Но скрывать Айю – неуправляемую, издалека заметную, не открывшись перед ней хотя бы в каких-то разумных (и в каких же?) пределах… – задача была не из легких. Не мог же он, в самом деле, запирать ее в кладовке на время своих отлучек!
Он ужом вертелся: понимаешь, детка, не стоит тебе одной выходить из дома, здесь не очень спокойный район, много шляется разной сволоты, – сумасшедшие, маньяки, полно каких-то извращенцев. Никогда не знаешь, на кого наткнешься…
Глупости, хмыкала она, – центр Парижа! вот на острове, там да: один сумасшедший извращенец заманил меня в лес и чуть не задушил.

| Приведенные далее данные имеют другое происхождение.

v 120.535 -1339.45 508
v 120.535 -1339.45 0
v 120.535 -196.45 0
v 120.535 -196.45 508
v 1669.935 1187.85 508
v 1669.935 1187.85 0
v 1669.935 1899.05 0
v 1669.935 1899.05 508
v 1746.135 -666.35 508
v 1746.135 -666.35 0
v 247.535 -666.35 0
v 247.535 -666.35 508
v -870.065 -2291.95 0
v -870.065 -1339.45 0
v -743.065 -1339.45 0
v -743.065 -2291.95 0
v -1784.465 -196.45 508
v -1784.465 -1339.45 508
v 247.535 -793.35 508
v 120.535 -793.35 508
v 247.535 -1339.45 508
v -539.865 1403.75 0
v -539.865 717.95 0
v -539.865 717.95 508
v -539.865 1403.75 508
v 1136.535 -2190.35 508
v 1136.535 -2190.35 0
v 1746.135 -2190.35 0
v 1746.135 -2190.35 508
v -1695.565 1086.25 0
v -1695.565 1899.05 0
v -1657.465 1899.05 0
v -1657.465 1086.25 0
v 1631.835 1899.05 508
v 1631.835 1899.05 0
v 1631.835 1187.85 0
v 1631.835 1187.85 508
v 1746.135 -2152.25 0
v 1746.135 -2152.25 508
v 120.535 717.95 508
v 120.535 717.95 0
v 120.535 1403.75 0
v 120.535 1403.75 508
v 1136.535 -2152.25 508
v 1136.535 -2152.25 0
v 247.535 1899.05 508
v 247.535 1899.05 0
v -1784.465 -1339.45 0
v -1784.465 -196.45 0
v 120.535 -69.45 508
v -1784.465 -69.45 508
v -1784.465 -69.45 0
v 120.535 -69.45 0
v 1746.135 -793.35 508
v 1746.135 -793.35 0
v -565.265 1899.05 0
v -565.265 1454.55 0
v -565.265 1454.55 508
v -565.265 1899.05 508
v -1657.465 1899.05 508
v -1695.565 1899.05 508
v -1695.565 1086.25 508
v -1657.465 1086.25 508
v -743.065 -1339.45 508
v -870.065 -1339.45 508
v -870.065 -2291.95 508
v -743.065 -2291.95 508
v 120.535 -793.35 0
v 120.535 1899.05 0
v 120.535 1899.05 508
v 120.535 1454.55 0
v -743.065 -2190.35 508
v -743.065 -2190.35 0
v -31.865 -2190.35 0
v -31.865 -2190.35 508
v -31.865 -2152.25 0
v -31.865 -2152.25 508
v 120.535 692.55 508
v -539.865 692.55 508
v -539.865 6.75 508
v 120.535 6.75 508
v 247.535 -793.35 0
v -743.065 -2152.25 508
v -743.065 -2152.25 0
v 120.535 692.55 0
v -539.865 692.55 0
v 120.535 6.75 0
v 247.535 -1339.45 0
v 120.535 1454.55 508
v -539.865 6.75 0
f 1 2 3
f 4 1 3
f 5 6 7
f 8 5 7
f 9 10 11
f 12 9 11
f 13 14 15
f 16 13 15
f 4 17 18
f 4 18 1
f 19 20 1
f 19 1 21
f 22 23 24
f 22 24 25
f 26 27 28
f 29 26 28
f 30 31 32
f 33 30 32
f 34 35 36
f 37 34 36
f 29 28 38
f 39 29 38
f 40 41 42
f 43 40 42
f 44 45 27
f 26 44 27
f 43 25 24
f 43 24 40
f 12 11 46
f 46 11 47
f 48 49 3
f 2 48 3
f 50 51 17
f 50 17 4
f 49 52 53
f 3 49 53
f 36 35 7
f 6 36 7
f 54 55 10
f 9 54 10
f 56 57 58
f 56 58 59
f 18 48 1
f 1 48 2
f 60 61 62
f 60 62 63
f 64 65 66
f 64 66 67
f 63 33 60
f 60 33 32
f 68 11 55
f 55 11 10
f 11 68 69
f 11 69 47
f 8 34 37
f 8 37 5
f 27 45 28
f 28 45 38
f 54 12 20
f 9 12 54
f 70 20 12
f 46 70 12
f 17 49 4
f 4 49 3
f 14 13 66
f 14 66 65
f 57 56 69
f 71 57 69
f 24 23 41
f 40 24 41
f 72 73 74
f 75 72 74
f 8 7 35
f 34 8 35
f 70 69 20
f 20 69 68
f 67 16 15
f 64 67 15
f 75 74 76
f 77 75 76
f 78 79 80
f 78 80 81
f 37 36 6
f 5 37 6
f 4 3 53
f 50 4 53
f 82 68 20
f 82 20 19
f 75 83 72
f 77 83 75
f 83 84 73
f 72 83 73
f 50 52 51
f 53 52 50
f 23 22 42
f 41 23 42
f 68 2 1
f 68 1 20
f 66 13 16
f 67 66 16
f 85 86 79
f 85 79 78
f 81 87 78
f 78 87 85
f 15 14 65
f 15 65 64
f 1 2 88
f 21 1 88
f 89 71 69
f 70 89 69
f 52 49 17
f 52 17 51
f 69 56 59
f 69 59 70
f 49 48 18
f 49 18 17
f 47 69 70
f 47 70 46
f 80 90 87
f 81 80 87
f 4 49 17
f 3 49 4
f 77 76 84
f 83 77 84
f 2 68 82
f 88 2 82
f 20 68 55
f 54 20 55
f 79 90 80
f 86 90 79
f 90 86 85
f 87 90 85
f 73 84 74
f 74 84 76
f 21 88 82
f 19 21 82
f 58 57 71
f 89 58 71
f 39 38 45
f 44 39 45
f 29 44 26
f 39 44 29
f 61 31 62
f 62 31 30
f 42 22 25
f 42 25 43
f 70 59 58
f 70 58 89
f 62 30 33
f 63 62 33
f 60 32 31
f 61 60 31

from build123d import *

# Parameters (mm, degrees)
F9_W      = 1905
F9_H      = 1143
F12_DEPTH = 508
F8_W      = 1905
F8_H      = 127
F7_W      = 127
F7_H      = 952.5
F4_W      = 660.4
F4_H      = 685.8
F1_W      = 685.8
F1_H      = 444.5
F10_W     = 127
F10_H     = 546.1
F2_W      = 127
F2_H      = 2565.4
F13_DEPTH = 508


# Not quite as in the source:
# - the program builds the solid bodies; features that only make, move or delete a surface that nothing else refers to are left out


with BuildPart() as f12:
    # F9 (on face) → F12 (new body)
    with BuildSketch(Plane.XY):
        with Locations((-831.9651317239, -767.9497311732)):
            Rectangle(F9_W, F9_H)
    extrude(amount=F12_DEPTH)


with BuildPart() as f12b:
    # F8 (on Top) → F12, piece 2 (new body)
    with BuildSketch(Plane.XY):
        with Locations((-831.9651317239, -132.9497311732)):
            Rectangle(F8_W, F8_H)
    extrude(amount=F12_DEPTH)


with BuildPart() as f12c:
    # F7 (on Top) → F12, piece 3 (new body)
    with BuildSketch(Plane.XY):
        with Locations((-806.5651317239, -1815.6997311732)):
            Rectangle(F7_W, F7_H)
    extrude(amount=F12_DEPTH)


with BuildPart() as f12d:
    # F6 (on Top) → F12, piece 4 (new body)
    with BuildSketch(Plane.XY):
        with BuildLine():
            Line((-1657.4651317239, 1899.0502688268), (-1695.5651317239, 1899.0502688268))
            Line((-1695.5651317239, 1899.0502688268), (-1695.5651317239, 1086.2502688268))
            ThreePointArc((-1695.5651317239, 1086.2502688268), (-1676.5098944488, 1086.4736644797), (-1657.4651317239, 1087.1437286389))
            Line((-1657.4651317239, 1087.1437286389), (-1657.4651317239, 1899.0502688268))
        make_face()
        with BuildLine():
            ThreePointArc((-1657.4651317239, 1087.1437286389), (-1676.5098944488, 1086.4736644797), (-1695.5651317239, 1086.2502688268))
            Line((-1695.5651317239, 1086.2502688268), (-1657.4651317239, 1086.2502688268))
            Line((-1657.4651317239, 1086.2502688268), (-1657.4651317239, 1087.1437286389))
        make_face()
    extrude(amount=F12_DEPTH)


with BuildPart() as f12e:
    # F5 (on Top) → F12, piece 5 (new body)
    with BuildSketch(Plane.XY):
        with BuildLine():
            Line((1669.9348682761, 1187.8502688268), (1669.9348682761, 1899.0502688268))
            Line((1669.9348682761, 1899.0502688268), (1631.8348682761, 1899.0502688268))
            Line((1631.8348682761, 1899.0502688268), (1631.8348682761, 1188.871537802))
            ThreePointArc((1631.8348682761, 1188.871537802), (1650.8780257365, 1188.1056319159), (1669.9348682761, 1187.8502688268))
        make_face()
        with BuildLine():
            Line((1631.8348682761, 1187.8502688268), (1669.9348682761, 1187.8502688268))
            ThreePointArc((1669.9348682761, 1187.8502688268), (1650.8780257365, 1188.1056319159), (1631.8348682761, 1188.871537802))
            Line((1631.8348682761, 1188.871537802), (1631.8348682761, 1187.8502688268))
        make_face()
    extrude(amount=F12_DEPTH)


with BuildPart() as f12f:
    # F4 (on Top) → F12, piece 6 (new body)
    with BuildSketch(Plane.XY):
        with Locations((-209.6651317239, 349.6502688268)):
            Rectangle(F4_W, F4_H)
    extrude(amount=F12_DEPTH)


with BuildPart() as f12g:
    # F4 (on Top) → F12, piece 7 (new body)
    with BuildSketch(Plane.XY):
        with Locations((-209.6651317239, 1060.8502688268)):
            Rectangle(F4_W, F4_H)
    extrude(amount=F12_DEPTH)


with BuildPart() as f12h:
    # F3 (on Top) → F12, piece 8 (new body)
    with BuildSketch(Plane.XY):
        with BuildLine():
            Line((1137.7266582723, -2152.2497311732), (1136.5348682761, -2152.2497311732))
            Line((1136.5348682761, -2152.2497311732), (1136.5348682761, -2190.3497311732))
            ThreePointArc((1136.5348682761, -2190.3497311732), (1136.832888623, -2171.2904134821), (1137.7266582723, -2152.2497311732))
        make_face()
        with BuildLine():
            Line((1746.1348682761, -2152.2497311732), (1137.7266582723, -2152.2497311732))
            ThreePointArc((1137.7266582723, -2152.2497311732), (1136.832888623, -2171.2904134821), (1136.5348682761, -2190.3497311732))
            Line((1136.5348682761, -2190.3497311732), (1746.1348682761, -2190.3497311732))
            Line((1746.1348682761, -2190.3497311732), (1746.1348682761, -2152.2497311732))
        make_face()
    extrude(amount=F12_DEPTH)


with BuildPart() as f12i:
    # F1 (on Top) → F12, piece 9 (new body)
    with BuildSketch(Plane.XY):
        with Locations((-222.3651317239, 1676.8002688268)):
            Rectangle(F1_W, F1_H)
    extrude(amount=F12_DEPTH)


with BuildPart() as f12j:
    # F10 (on face) → F12, piece 10 (new body)
    with BuildSketch(Plane.XY):
        with Locations((184.0348682761, -1066.3997311732)):
            Rectangle(F10_W, F10_H)
    extrude(amount=F12_DEPTH)


with BuildPart() as f12k:
    # F11 (on face) → F12, piece 11 (new body)
    with BuildSketch(Plane.XY):
        with BuildLine():
            Line((-743.0651317239, -2152.2497311732), (-743.0651317239, -2190.3497311732))
            Line((-743.0651317239, -2190.3497311732), (-31.8651317239, -2190.3497311732))
            ThreePointArc((-31.8651317239, -2190.3497311732), (-32.1204948129, -2171.2928886335), (-32.8864006991, -2152.2497311732))
            Line((-32.8864006991, -2152.2497311732), (-743.0651317239, -2152.2497311732))
        make_face()
        with BuildLine():
            ThreePointArc((-32.8864006991, -2152.2497311732), (-32.1204948129, -2171.2928886335), (-31.8651317239, -2190.3497311732))
            Line((-31.8651317239, -2190.3497311732), (-31.8651317239, -2152.2497311732))
            Line((-31.8651317239, -2152.2497311732), (-32.8864006991, -2152.2497311732))
        make_face()
    extrude(amount=F12_DEPTH)


with BuildPart() as f13:
    # F2 (on Top) → F13 (new body)
    with BuildSketch(Plane.XY):
        with Locations((184.0348682761, 616.3502688268)):
            Rectangle(F2_W, F2_H)
        Polygon((247.5348682761, -793.3497311732), (1746.1348682761, -793.3497311732), (1746.1348682761, -666.3497311732), (247.5348682761, -666.3497311732), (120.5348682761, -666.3497311732), (120.5348682761, -793.3497311732), align=None)
    extrude(amount=F13_DEPTH)


solid = Compound([f12.part, f12b.part, f12c.part, f12d.part, f12e.part, f12f.part, f12g.part, f12h.part, f12i.part, f12j.part, f12k.part, f13.part])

Вот там было о-о-очень страшно!
– Ну, хорошо! А если я просто попрошу тебя об этом? Пока без объяснений.
– Знаешь, когда наша бабушка не хотела что-то объяснять, она кричала папе: «Молчи!!!», и он как-то сникал, не хотел старуху огорчать, он же деликатный.
– …в отличие от тебя.
– ага, я совсем не деликатная!
Слава богу, она хотя бы к телефону не подходила. Звонки Джерри Леон игнорировал и однажды просто не открыл ему дверь. Филиппа водил за нос и держал на расстоянии, дважды отклонив приглашение поужинать вместе. Две ближайших репетиции с Робертом отменил, сославшись на простуду… (вздыхал в трубку бесстыжим голосом: – Я ужасно болен, Роберт, ужасно! Перенесем репетицию на… да я сам позвоню, когда приду в себя, – и похоже, небу следовало упасть на землю, чтобы он пришел в себя).
Ну, а дальше, как дальше-то быть? И сколько они смогут так отсиживаться – звери, обложенные опасным счастьем? Не может же она сидеть в этой квартире, как Желтухин Пятый в клетке, вылетая погулять под присмотром Леона по трем окрестным улочкам. Как объяснишь ей, не раскрываясь, странное сопряжение его светской артистической жизни с привычной, на уровне инстинкта, конспирацией? Какими, отмеренными в гомеопатических дозах, словами, рассказать про контору, где целая армия специалистов считает недели и дни до часа икс в неизвестной бухте? Как, наконец, не потревожив и не вспугнув, нащупать бикфордов шнур в тайный мир ее собственных страхов и нескончаемого бегства?
И вновь накатывало: насколько, в сущности, они беззащитны оба, – два беспризорника в хищном мире всесветной и разнонаправленной охоты…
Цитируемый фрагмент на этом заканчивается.